Amri left Tunisia for Italy about seven years ago, after he dropped out of school, the man said. The man said he hasn't heard from Amri but that Amri maintained contact with his siblings through phone calls that sometimes came months apart.
Original truck driver slain
A Polish man found shot dead inside the truck
has been identified as its original driver, according to German media. He was not driving during the incident, police said. The gun used to kill him has not been recovered.
The slain driver may have been involved in a struggle with the suspect inside the truck's cabin before he was shot, CNN terrorism analyst Paul Cruickshank said. This could be when the suspect's identity papers were dropped, he suggested.
The truck, which was owned by a Polish company, was hauling 25 tons of steel before it was steered into the crowd, according to its owner, Ariel Zurawski. He identified the slain driver as his cousin.
Police have appealed to the public for any digital videos and photos they have of the attack or possible suspects.
'Like a little war zone'
German authorities have not publicly named any of the victims, and police have asked people not to post videos or photos of them as a sign of respect.
But Israel's Foreign Ministry said Thursday that a 60-year-old Israeli woman -- Dalia Elaykim -- had died in the attack. Her husband was seriously injured. The embassy is working with the family to bring her body back to Israel for burial, the Ministry said.
Italy's Foreign Ministry said Wednesday that Italian national Fabrizia Di Lorenzo was missing following the attack and that her family was now in Berlin. The ministry said it was waiting for German investigators to complete their work before issuing a statement.
Italy's ANSA news agency reported the missing woman, 31, worked in Berlin and that her cell phone was found at the attack scene.
Michael Schuetz, the doctor who oversaw the emergency response at Berlin's Charité hospital, told CNN that survivors described a scene "like a little war zone."
Physical injuries ranged from major trauma for those hit by the truck to lesser injuries suffered when poles from the market huts fell on people, he said.
Berliners who came to leave flowers and candles at makeshift shrines near the Christmas market told CNN Wednesday they would not allow the attack to change the way they led their lives.
One handwritten note left with a bunch of roses read, "You will not have our hate," echoing the words of writer Antoine Leiris after he lost his wife in the Paris attacks
Wednesday night, the issue of migrants drew dueling protests outside the Berlin Zoo rail station.
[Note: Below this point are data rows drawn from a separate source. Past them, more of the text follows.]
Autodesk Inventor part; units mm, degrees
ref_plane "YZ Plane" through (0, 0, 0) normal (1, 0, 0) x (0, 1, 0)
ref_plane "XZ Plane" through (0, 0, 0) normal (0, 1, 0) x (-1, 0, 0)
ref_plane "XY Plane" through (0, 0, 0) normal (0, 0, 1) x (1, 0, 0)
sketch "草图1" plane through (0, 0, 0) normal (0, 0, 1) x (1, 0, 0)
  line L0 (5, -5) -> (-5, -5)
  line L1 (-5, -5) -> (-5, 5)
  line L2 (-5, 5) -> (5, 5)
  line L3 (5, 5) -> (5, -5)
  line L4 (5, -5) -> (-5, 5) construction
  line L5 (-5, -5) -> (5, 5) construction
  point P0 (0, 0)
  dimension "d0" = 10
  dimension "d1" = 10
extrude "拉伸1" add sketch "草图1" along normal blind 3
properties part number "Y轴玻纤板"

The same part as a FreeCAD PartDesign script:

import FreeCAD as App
import Part
import Sketcher
from FreeCAD import Vector


def add_polygon(sketch, points):
    """Adds a closed chain of lines whose ends are joined by coincident constraints."""
    first, n = sketch.GeometryCount, len(points)
    for a, b in zip(points, points[1:] + points[:1]):
        sketch.addGeometry(Part.LineSegment(App.Vector(*a, 0), App.Vector(*b, 0)), False)
    for i in range(n):
        sketch.addConstraint(Sketcher.Constraint("Coincident", first + i, 2, first + (i + 1) % n, 1))

doc = App.newDocument("Part")
body = doc.addObject("PartDesign::Body", "Body")

# Sketch on XY plane
sketch1 = body.newObject("Sketcher::SketchObject", "Sketch")
sketch1.AttachmentSupport = (doc.getObject("XY_Plane"), [""])
sketch1.MapMode = "FlatFace"
add_polygon(sketch1, [(-5, -5), (5, -5), (5, 5), (-5, 5)])  # lines 0-3
sketch1.addConstraint([
    Sketcher.Constraint("Horizontal", 0),
    Sketcher.Constraint("Vertical", 1),
    Sketcher.Constraint("Horizontal", 2),
    Sketcher.Constraint("Vertical", 3),
    Sketcher.Constraint("Symmetric", 0, 2, 2, 2, -1, 1),
    Sketcher.Constraint("Equal", 2, 1),
    Sketcher.Constraint("DistanceX", 0, 1, 0, 2, 10.0),
])
pad1 = body.newObject("PartDesign::Pad", "Pad")
pad1.Profile = sketch1
pad1.Length = 3

doc.recompute()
On one side a few dozen people joined a demonstration by the far-right, ultranationalist National Democratic Party, waving German flags and railing against the acceptance of migrants and refugees.
They were countered by a group of several hundred people, many of whom shouted: "Say it loud, say it clear, refugees are welcome here!"
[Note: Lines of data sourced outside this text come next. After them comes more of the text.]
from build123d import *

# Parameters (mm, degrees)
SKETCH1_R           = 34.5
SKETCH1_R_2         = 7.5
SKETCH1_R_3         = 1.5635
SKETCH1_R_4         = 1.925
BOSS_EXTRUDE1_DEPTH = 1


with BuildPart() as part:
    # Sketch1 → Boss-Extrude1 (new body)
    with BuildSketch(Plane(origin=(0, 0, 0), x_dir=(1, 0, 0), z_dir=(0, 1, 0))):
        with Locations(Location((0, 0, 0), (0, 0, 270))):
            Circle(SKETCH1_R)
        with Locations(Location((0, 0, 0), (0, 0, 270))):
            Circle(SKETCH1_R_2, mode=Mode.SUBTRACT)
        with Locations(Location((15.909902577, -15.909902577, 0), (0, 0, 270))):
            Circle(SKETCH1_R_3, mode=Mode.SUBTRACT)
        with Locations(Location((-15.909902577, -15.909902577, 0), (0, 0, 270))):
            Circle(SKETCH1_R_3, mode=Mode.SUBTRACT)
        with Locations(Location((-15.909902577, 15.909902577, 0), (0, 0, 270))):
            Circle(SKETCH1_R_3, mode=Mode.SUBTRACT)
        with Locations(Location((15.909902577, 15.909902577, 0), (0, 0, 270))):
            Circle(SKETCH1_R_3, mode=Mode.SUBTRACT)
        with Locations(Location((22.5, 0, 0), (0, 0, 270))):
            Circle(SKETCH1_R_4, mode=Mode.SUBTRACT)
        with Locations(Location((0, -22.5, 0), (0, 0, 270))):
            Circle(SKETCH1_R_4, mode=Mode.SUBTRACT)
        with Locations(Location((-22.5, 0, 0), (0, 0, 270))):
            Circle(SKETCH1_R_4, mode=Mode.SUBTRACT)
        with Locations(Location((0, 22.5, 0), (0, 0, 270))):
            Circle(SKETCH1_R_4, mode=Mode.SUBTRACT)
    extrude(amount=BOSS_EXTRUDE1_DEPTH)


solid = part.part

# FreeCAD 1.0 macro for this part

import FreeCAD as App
import Part
import Sketcher
from FreeCAD import Vector

doc = App.newDocument("Part")
body = doc.addObject("PartDesign::Body", "Body")

# Sketch on XZ plane
sketch1 = body.newObject("Sketcher::SketchObject", "Sketch")
sketch1.AttachmentSupport = (doc.getObject("XZ_Plane"), [""])
sketch1.MapMode = "FlatFace"
sketch1.addGeometry(Part.Circle(Vector(0, 0, 0), Vector(0, 0, 1), 34.5), False)
sketch1.addGeometry(Part.Circle(Vector(-15.909903, -15.909903, 0), Vector(0, 0, 1), 1.5635), False)
sketch1.addGeometry(Part.Circle(Vector(0, -22.5, 0), Vector(0, 0, 1), 1.925), False)
sketch1.addGeometry(Part.Circle(Vector(0, 0, 0), Vector(0, 0, 1), 7.5), False)
sketch1.addGeometry(Part.Circle(Vector(-22.5, 0, 0), Vector(0, 0, 1), 1.925), False)
sketch1.addGeometry(Part.Circle(Vector(-15.909903, 15.909903, 0), Vector(0, 0, 1), 1.5635), False)
sketch1.addGeometry(Part.Circle(Vector(15.909903, -15.909903, 0), Vector(0, 0, 1), 1.5635), False)
sketch1.addGeometry(Part.Circle(Vector(22.5, 0, 0), Vector(0, 0, 1), 1.925), False)
sketch1.addGeometry(Part.Circle(Vector(0, 22.5, 0), Vector(0, 0, 1), 1.925), False)
sketch1.addGeometry(Part.Circle(Vector(15.909903, 15.909903, 0), Vector(0, 0, 1), 1.5635), False)
sketch1.addConstraint(Sketcher.Constraint("Coincident", 0, 3, -1, 1))
sketch1.addConstraint(Sketcher.Constraint("Coincident", 3, 3, -1, 1))
sketch1.addConstraint(Sketcher.Constraint("Equal", 2, 4))
sketch1.addConstraint(Sketcher.Constraint("Equal", 1, 5))
sketch1.addConstraint(Sketcher.Constraint("Equal", 5, 6))
sketch1.addConstraint(Sketcher.Constraint("Equal", 4, 7))
sketch1.addConstraint(Sketcher.Constraint("Equal", 7, 8))
sketch1.addConstraint(Sketcher.Constraint("Equal", 6, 9))
sketch1.addConstraint(Sketcher.Constraint("Symmetric", 5, 3, 6, 3, -1, 1))
sketch1.addConstraint(Sketcher.Constraint("Symmetric", 4, 3, 7, 3, -1, 1))
sketch1.addConstraint(Sketcher.Constraint("Symmetric", 2, 3, 8, 3, -1, 1))
sketch1.addConstraint(Sketcher.Constraint("Symmetric", 1, 3, 9, 3, -1, 1))
sketch1.addConstraint(Sketcher.Constraint("Symmetric", 1, 3, 6, 3, -2))
sketch1.addConstraint(Sketcher.Constraint("PointOnObject", 2, 3, -2))
sketch1.addConstraint(Sketcher.Constraint("PointOnObject", 4, 3, -1))
sketch1.addConstraint(Sketcher.Constraint("Diameter", 0, 69.0))
sketch1.addConstraint(Sketcher.Constraint("Diameter", 3, 15.0))
sketch1.addConstraint(Sketcher.Constraint("Diameter", 2, 3.85))
sketch1.addConstraint(Sketcher.Constraint("Diameter", 1, 3.127))
sketch1.addConstraint(Sketcher.Constraint("DistanceY", 2, 3, -1, 1, 22.5))
sketch1.addConstraint(Sketcher.Constraint("DistanceX", 4, 3, -1, 1, 22.5))
sketch1.addConstraint(Sketcher.Constraint("DistanceX", 1, 3, -1, 1, 15.909903))
sketch1.addConstraint(Sketcher.Constraint("DistanceY", 1, 3, -1, 1, 15.909903))
pad1 = body.newObject("PartDesign::Pad", "Pad")
pad1.Profile = sketch1
pad1.Length = 1
pad1.Reversed = True

doc.recompute()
Some in the counterdemonstration carried white signs with red hearts printed on them. Signs carried messages such as "Solidarity instead of hate," and "Together against Nazis."
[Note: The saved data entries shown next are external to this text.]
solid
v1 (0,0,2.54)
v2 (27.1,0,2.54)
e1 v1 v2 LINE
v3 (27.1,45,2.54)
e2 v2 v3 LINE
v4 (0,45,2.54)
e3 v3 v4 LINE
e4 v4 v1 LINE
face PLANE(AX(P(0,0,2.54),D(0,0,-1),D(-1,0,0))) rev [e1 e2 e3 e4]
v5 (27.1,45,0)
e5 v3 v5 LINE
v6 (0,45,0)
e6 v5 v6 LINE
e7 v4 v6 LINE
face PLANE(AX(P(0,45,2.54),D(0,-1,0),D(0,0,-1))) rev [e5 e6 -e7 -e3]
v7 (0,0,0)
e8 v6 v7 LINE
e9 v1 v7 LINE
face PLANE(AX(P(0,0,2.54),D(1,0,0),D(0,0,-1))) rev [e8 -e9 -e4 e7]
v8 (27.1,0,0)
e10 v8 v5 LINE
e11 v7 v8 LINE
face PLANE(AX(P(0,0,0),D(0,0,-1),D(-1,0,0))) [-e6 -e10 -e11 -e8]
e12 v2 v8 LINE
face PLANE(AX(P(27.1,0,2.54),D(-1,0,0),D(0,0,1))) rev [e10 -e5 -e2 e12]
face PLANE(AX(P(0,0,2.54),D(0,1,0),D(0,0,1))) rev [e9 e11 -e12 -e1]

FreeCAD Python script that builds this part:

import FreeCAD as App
import Part
import Sketcher
from FreeCAD import Vector

doc = App.newDocument("Part")
body = doc.addObject("PartDesign::Body", "Body")

# Sketch on XY plane
sketch1 = body.newObject("Sketcher::SketchObject", "Sketch")
sketch1.AttachmentSupport = (doc.getObject("XY_Plane"), [""])
sketch1.MapMode = "FlatFace"
sketch1.addGeometry(Part.LineSegment(Vector(0, 45, 0), Vector(0, 0, 0)), False)
sketch1.addGeometry(Part.LineSegment(Vector(0, 0, 0), Vector(27.1, 0, 0)), False)
sketch1.addGeometry(Part.LineSegment(Vector(27.1, 0, 0), Vector(27.1, 45, 0)), False)
sketch1.addGeometry(Part.LineSegment(Vector(27.1, 45, 0), Vector(0, 45, 0)), False)
sketch1.addConstraint(Sketcher.Constraint("Coincident", 0, 2, 1, 1))
sketch1.addConstraint(Sketcher.Constraint("Coincident", 1, 2, 2, 1))
sketch1.addConstraint(Sketcher.Constraint("Coincident", 2, 2, 3, 1))
sketch1.addConstraint(Sketcher.Constraint("Coincident", 3, 2, 0, 1))
sketch1.addConstraint(Sketcher.Constraint("Vertical", 0))
sketch1.addConstraint(Sketcher.Constraint("Horizontal", 1))
sketch1.addConstraint(Sketcher.Constraint("Vertical", 2))
sketch1.addConstraint(Sketcher.Constraint("Horizontal", 3))
sketch1.addConstraint(Sketcher.Constraint("Coincident", 0, 2, -1, 1))
sketch1.addConstraint(Sketcher.Constraint("DistanceY", 0, 2, 0, 1, 45.0))
sketch1.addConstraint(Sketcher.Constraint("DistanceX", 1, 1, 1, 2, 27.1))
pad1 = body.newObject("PartDesign::Pad", "Pad")
pad1.Profile = sketch1
pad1.Length = 2.54

doc.recompute()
As the NPD side delivered speeches on a loudspeaker, the counterdemonstrators drowned them out with music, chants and whistles.
Among the pro-refugee crowd was 70-year-old Irmela Schramm
, who for years has sought out neo-Nazi graffiti across Germany and painted over it with heart shapes.
"When I saw what happened on Monday, I knew I would have a lot more to do," she said Wednesday.
German Chancellor Angela Merkel has come under political pressure over her government's generous acceptance of refugees. Germany has taken in more than 890,000 asylum-seekers in the past year, a much higher number than other European nations.
The issue contributed to defeats for Merkel's Christian Democratic Union in Berlin and her home state of Mecklenburg-Vorpommern during regional elections this year.